In a joint letter to the New York Times, Mary Brosnahan, president and CEO of the Coalition for the Homeless, and Joshua Goldfein, an attorney at the Legal Aid Society’s Homeless Rights Project, argued that while the reductions were “deplorable,” many poor New Yorkers were still protected from eviction from emergency housing because of the “right to shelter” that requires the city to shelter those who are homeless by “reason of physical, mental or social dysfunction,” they wrote.

But Alexander Horwitz, the Doe Fund’s chief of staff, said that even so, services weren’t necessarily guaranteed. “While we have the right to shelter in New York, we don’t have a mandate of services, and that is one of the things we believe causes this incredible congestion in the system,” he said.

Two of the Doe Fund’s three programs will face a loss of $3 million, affecting 75 transitional slots that guarantee housing only after residents complete courses and other steps toward self sufficiency. Up to three people cycle through each bed per year. While the funding can be used toward other projects such as improving social services and security, he still called the reallocation “doubly injurious” because while permanent housing embraced by the Obama administration was often effective for families, there were thousands of single adults returning from prisons into shelters and unprepared for living in apartments.

“They’re missing basic reading and math skills, they’re missing any kind of work history, and they’re missing the soft skills of living on the outside,” Horwitz said. “So taking money away from the programs that help the drivers of the single adult population for permanent housing really serves absolutely nobody.”

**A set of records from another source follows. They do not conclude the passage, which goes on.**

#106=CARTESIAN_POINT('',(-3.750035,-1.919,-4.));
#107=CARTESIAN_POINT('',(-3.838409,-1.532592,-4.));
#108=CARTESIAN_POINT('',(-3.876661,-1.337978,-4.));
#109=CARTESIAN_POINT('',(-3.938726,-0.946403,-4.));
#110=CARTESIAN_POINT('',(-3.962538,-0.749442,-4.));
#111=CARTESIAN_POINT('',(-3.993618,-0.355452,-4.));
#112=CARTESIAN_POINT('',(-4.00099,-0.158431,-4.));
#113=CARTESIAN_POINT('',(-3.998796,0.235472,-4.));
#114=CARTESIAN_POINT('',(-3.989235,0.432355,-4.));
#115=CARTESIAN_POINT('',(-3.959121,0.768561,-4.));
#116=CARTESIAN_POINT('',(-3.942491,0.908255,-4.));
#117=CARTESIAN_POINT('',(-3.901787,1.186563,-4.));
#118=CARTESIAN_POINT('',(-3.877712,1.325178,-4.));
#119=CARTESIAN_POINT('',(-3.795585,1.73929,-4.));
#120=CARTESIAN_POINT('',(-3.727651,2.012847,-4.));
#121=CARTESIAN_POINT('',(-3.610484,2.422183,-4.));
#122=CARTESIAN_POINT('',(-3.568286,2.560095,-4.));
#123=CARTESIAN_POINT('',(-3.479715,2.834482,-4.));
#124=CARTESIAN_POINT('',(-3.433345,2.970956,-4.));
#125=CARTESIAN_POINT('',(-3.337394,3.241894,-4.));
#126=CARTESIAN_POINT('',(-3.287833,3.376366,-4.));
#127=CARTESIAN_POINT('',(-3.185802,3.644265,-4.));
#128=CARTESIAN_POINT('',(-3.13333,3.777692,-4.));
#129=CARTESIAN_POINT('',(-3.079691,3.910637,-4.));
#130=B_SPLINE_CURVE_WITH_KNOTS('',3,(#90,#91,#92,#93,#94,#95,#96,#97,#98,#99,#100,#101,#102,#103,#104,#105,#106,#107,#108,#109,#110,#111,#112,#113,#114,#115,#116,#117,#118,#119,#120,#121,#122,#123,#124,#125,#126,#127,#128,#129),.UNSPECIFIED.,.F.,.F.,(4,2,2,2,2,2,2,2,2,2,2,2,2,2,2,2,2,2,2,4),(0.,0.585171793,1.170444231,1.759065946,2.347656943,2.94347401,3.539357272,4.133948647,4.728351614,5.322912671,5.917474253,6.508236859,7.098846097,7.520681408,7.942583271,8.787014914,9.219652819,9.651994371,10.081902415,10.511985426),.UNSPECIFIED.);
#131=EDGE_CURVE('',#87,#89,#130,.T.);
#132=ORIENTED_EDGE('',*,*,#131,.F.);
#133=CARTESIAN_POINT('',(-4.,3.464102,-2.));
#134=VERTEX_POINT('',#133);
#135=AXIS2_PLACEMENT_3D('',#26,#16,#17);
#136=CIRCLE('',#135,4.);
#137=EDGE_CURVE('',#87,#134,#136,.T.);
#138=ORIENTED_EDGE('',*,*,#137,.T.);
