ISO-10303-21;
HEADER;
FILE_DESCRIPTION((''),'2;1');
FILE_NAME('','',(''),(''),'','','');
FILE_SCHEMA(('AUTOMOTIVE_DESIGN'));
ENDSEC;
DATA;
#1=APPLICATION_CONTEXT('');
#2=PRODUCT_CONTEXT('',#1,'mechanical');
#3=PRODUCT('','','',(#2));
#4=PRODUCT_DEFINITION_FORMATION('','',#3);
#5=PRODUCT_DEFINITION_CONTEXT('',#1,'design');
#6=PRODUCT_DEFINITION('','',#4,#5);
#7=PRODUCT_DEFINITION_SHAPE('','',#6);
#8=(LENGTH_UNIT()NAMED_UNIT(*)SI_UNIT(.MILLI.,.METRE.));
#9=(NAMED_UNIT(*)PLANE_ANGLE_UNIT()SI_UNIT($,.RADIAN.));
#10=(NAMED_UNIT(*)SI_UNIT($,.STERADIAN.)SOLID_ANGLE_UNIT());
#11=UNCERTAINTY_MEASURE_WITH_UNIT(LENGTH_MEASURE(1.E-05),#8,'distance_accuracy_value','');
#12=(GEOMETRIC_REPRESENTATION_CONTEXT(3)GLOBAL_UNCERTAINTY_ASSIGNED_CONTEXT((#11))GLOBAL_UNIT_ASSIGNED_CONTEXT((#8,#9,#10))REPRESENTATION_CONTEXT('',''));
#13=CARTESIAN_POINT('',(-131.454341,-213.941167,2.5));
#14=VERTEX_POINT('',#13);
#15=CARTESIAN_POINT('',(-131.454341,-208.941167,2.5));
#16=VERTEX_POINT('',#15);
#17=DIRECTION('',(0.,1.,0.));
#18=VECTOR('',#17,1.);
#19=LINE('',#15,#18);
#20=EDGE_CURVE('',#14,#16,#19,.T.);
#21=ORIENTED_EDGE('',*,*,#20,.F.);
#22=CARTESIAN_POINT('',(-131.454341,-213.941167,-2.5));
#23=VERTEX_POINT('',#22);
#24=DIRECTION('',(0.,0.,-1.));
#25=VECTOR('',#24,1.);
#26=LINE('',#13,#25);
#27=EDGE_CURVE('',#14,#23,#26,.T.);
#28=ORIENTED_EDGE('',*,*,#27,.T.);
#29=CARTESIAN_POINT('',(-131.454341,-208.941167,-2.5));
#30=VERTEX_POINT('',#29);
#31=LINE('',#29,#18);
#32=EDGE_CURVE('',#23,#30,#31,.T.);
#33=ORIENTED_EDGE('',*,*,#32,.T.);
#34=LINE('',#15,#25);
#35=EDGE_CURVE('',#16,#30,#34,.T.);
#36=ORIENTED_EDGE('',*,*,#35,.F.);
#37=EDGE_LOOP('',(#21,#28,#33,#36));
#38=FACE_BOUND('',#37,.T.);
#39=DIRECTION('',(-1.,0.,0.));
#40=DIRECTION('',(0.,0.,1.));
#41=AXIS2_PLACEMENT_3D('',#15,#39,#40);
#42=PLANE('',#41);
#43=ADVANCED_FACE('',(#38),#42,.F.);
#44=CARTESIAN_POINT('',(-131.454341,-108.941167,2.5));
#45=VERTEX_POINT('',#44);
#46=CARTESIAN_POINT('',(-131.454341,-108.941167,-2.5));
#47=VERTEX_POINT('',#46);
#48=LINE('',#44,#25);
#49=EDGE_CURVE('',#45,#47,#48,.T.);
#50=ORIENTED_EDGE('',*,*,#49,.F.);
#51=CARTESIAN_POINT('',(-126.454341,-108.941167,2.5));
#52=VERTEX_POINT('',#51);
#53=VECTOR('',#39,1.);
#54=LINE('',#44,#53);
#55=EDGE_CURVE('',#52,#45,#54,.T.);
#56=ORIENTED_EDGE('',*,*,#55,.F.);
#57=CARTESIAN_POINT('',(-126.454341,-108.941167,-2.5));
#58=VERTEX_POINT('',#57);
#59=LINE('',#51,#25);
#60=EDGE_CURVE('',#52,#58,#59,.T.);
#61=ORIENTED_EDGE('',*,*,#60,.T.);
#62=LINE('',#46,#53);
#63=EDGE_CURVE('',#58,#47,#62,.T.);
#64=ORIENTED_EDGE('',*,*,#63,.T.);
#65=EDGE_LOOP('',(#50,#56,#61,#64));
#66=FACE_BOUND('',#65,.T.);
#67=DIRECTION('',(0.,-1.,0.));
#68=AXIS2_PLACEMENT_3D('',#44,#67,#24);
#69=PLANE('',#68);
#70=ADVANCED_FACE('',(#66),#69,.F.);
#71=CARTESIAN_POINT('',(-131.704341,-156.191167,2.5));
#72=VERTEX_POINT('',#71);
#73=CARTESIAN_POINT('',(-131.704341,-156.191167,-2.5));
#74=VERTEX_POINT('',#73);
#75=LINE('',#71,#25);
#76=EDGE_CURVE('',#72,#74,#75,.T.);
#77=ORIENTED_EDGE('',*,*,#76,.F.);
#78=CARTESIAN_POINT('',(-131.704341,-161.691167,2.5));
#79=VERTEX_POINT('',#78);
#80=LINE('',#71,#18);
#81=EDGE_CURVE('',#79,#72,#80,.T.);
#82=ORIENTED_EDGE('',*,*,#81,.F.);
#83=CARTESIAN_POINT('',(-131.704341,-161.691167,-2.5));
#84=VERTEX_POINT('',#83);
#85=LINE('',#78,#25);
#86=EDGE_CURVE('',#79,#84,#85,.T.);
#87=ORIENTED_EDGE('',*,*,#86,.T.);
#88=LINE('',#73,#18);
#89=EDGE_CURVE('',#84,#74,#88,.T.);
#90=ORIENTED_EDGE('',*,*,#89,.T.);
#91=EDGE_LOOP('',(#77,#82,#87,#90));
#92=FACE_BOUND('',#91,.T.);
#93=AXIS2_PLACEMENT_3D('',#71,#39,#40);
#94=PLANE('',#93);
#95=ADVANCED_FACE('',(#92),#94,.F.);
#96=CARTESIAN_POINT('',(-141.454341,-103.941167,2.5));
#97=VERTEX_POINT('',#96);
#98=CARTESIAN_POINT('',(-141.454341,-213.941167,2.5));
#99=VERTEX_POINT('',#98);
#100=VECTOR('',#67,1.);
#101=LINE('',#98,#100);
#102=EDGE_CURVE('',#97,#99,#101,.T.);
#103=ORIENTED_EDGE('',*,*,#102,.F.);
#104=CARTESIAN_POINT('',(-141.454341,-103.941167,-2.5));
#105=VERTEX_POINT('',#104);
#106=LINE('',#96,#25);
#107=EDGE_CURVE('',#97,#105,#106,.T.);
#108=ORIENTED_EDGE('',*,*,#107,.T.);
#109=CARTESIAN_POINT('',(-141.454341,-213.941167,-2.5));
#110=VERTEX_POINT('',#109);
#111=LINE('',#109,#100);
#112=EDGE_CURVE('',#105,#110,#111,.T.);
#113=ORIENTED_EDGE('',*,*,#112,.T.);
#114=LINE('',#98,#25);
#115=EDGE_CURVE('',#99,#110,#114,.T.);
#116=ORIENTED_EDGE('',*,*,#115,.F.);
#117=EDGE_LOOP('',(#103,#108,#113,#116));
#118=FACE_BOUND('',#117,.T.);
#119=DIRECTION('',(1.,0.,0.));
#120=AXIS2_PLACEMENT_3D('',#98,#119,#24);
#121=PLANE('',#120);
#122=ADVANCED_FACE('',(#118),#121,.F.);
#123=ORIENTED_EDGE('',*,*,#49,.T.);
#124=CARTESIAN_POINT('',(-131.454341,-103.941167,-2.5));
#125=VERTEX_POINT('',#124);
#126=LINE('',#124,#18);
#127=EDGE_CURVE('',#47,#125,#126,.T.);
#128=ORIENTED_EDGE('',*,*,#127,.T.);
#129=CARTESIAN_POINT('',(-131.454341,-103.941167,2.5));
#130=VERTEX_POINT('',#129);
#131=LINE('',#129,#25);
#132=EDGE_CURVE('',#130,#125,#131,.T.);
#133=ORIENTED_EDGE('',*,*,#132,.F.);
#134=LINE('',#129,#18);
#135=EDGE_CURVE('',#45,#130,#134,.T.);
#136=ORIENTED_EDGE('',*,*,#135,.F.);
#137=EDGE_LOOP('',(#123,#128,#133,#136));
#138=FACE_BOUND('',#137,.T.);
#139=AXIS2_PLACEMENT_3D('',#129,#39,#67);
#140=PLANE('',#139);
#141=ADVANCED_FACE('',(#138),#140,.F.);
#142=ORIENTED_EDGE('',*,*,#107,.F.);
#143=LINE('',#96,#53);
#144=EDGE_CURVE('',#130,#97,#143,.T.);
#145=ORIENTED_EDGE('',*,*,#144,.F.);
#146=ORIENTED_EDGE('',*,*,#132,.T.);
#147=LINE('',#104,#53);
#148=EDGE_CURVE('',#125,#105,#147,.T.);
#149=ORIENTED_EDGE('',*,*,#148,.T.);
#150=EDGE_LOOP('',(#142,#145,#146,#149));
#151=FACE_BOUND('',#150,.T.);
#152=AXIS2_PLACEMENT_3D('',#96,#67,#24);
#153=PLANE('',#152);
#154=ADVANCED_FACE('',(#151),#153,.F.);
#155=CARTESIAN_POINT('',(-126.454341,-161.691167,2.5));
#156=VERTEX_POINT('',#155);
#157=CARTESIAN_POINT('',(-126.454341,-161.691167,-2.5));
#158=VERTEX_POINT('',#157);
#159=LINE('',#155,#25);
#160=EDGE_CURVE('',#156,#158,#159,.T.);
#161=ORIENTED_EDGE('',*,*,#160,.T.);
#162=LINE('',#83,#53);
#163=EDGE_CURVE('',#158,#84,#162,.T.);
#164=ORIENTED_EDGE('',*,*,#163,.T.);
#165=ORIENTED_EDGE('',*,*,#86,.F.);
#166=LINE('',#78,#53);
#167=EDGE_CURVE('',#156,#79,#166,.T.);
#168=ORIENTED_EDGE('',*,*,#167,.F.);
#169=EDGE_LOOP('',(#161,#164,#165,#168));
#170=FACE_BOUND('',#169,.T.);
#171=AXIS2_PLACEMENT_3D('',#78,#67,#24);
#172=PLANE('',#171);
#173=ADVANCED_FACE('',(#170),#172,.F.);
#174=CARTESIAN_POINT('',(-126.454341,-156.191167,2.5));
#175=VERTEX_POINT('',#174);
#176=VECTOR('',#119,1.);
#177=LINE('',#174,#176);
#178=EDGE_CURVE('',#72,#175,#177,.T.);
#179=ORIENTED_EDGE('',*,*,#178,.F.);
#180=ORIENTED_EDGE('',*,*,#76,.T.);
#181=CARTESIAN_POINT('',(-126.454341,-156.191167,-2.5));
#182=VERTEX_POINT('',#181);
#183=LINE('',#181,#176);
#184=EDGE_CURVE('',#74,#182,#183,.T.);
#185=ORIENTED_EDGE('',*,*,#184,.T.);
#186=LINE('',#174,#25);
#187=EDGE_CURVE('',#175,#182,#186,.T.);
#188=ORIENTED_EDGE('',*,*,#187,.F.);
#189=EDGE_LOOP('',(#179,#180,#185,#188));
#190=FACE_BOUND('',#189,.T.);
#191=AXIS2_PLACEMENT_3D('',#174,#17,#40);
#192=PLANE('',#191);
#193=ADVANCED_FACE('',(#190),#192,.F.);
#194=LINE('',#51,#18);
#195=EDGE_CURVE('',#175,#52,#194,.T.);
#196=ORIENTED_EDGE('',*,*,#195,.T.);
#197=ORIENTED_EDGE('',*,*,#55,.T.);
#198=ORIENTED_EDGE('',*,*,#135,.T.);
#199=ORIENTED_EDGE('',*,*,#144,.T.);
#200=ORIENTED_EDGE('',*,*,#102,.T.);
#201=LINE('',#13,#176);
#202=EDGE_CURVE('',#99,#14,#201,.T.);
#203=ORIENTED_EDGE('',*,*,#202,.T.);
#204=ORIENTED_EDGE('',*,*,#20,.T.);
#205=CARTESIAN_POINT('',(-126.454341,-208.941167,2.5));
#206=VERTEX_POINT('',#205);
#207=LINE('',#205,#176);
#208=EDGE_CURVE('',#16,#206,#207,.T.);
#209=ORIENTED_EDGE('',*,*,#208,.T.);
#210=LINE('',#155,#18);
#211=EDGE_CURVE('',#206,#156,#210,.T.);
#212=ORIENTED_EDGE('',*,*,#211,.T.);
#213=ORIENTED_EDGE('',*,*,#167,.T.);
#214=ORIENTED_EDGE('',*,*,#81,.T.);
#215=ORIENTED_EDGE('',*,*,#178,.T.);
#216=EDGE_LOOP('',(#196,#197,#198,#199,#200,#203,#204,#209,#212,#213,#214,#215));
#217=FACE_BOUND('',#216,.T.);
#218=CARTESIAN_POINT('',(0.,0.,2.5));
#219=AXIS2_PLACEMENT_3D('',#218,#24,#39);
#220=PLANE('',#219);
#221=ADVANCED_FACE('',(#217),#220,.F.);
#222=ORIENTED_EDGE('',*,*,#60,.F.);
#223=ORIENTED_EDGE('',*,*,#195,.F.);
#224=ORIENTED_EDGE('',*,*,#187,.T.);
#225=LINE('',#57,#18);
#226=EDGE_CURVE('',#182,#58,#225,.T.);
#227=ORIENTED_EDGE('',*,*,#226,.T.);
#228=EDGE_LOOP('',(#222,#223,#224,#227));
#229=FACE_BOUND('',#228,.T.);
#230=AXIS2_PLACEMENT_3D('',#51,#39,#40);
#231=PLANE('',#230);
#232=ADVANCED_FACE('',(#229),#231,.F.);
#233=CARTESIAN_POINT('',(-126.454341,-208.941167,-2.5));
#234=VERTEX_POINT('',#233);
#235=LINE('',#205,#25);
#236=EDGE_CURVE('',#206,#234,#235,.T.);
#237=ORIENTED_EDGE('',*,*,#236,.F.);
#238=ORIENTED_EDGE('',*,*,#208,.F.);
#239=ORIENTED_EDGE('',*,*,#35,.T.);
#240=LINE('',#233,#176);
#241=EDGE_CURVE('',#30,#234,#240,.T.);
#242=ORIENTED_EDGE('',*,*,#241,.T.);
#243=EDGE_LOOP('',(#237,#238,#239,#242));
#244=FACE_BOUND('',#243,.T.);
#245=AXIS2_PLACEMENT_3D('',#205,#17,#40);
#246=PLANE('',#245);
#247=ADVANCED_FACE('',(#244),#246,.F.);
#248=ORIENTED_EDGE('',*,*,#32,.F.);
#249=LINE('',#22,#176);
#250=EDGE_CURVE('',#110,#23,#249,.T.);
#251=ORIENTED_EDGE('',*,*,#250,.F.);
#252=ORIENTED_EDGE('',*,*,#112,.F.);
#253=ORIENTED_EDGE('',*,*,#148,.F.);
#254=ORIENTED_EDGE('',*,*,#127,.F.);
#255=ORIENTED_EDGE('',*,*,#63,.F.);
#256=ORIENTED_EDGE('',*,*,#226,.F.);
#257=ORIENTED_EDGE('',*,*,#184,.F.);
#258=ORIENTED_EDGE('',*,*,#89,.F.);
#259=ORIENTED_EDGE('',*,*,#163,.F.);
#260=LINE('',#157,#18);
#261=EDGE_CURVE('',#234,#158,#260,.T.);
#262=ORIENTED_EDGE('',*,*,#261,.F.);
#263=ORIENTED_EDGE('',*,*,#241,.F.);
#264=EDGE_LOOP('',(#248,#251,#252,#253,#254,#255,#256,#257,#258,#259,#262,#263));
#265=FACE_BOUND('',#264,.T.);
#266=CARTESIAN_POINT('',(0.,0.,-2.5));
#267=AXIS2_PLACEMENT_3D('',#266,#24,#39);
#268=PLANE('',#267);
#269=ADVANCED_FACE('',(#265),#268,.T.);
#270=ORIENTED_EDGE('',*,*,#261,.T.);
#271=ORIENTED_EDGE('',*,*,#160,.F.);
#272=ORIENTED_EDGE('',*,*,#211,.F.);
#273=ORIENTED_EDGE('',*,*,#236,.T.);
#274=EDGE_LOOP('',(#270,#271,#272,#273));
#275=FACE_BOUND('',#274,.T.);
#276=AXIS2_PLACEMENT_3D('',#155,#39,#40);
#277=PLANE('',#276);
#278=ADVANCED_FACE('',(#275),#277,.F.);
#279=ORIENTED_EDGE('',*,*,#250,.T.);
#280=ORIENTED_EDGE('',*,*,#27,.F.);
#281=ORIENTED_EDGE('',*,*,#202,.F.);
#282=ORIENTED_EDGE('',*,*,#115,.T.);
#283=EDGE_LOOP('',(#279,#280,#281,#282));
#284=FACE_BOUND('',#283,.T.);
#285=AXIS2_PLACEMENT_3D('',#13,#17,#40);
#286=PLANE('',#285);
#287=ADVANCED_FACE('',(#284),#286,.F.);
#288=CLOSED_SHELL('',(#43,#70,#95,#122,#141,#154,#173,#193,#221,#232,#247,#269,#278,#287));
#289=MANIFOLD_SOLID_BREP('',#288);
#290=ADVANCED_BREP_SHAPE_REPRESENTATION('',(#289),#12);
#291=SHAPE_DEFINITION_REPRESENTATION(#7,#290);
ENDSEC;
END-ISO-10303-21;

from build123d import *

# Parameters (mm, degrees)
BOSS_EXTRUDE1_DEPTH = 2.5


with BuildPart() as part:
    # Sketch1 → Boss-Extrude1 (new, symmetric)
    with BuildSketch(Plane.XY):
        Polygon((-131.454340614, -213.941167375), (-141.454340614, -213.941167375), (-141.454340614, -103.941167375), (-131.454340614, -103.941167375), (-131.454340614, -108.941167375), (-126.454340614, -108.941167375), (-126.454340614, -156.191167375), (-131.704340614, -156.191167375), (-131.704340614, -161.691167375), (-126.454340614, -161.691167375), (-126.454340614, -208.941167375), (-131.454340614, -208.941167375), align=None)
    extrude(amount=BOSS_EXTRUDE1_DEPTH, both=True)


solid = part.part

DHS spokeswoman Lauren Gray said the agency reached out to nearly all of the affected programs. “We are evaluating the impact of these federal funding cuts in New York City and steps that we may be able to take to mitigate the impact for our clients,” she said. “We value the work of our not-for-profit partners, including the DOE Fund, BRC and others, and we look forward to working with them to address this problem.”

Horwitz said the Doe Fund would pressure HUD to restore its funding for the affected transitional housing slots and that officials from the de Blasio administration and the City Council were assessing how to restore the tear in the safety net. “It may be a long road here,” he said. “But we do believe that what’s right for so many New Yorkers in need will eventually prevail. We just don’t know how yet.”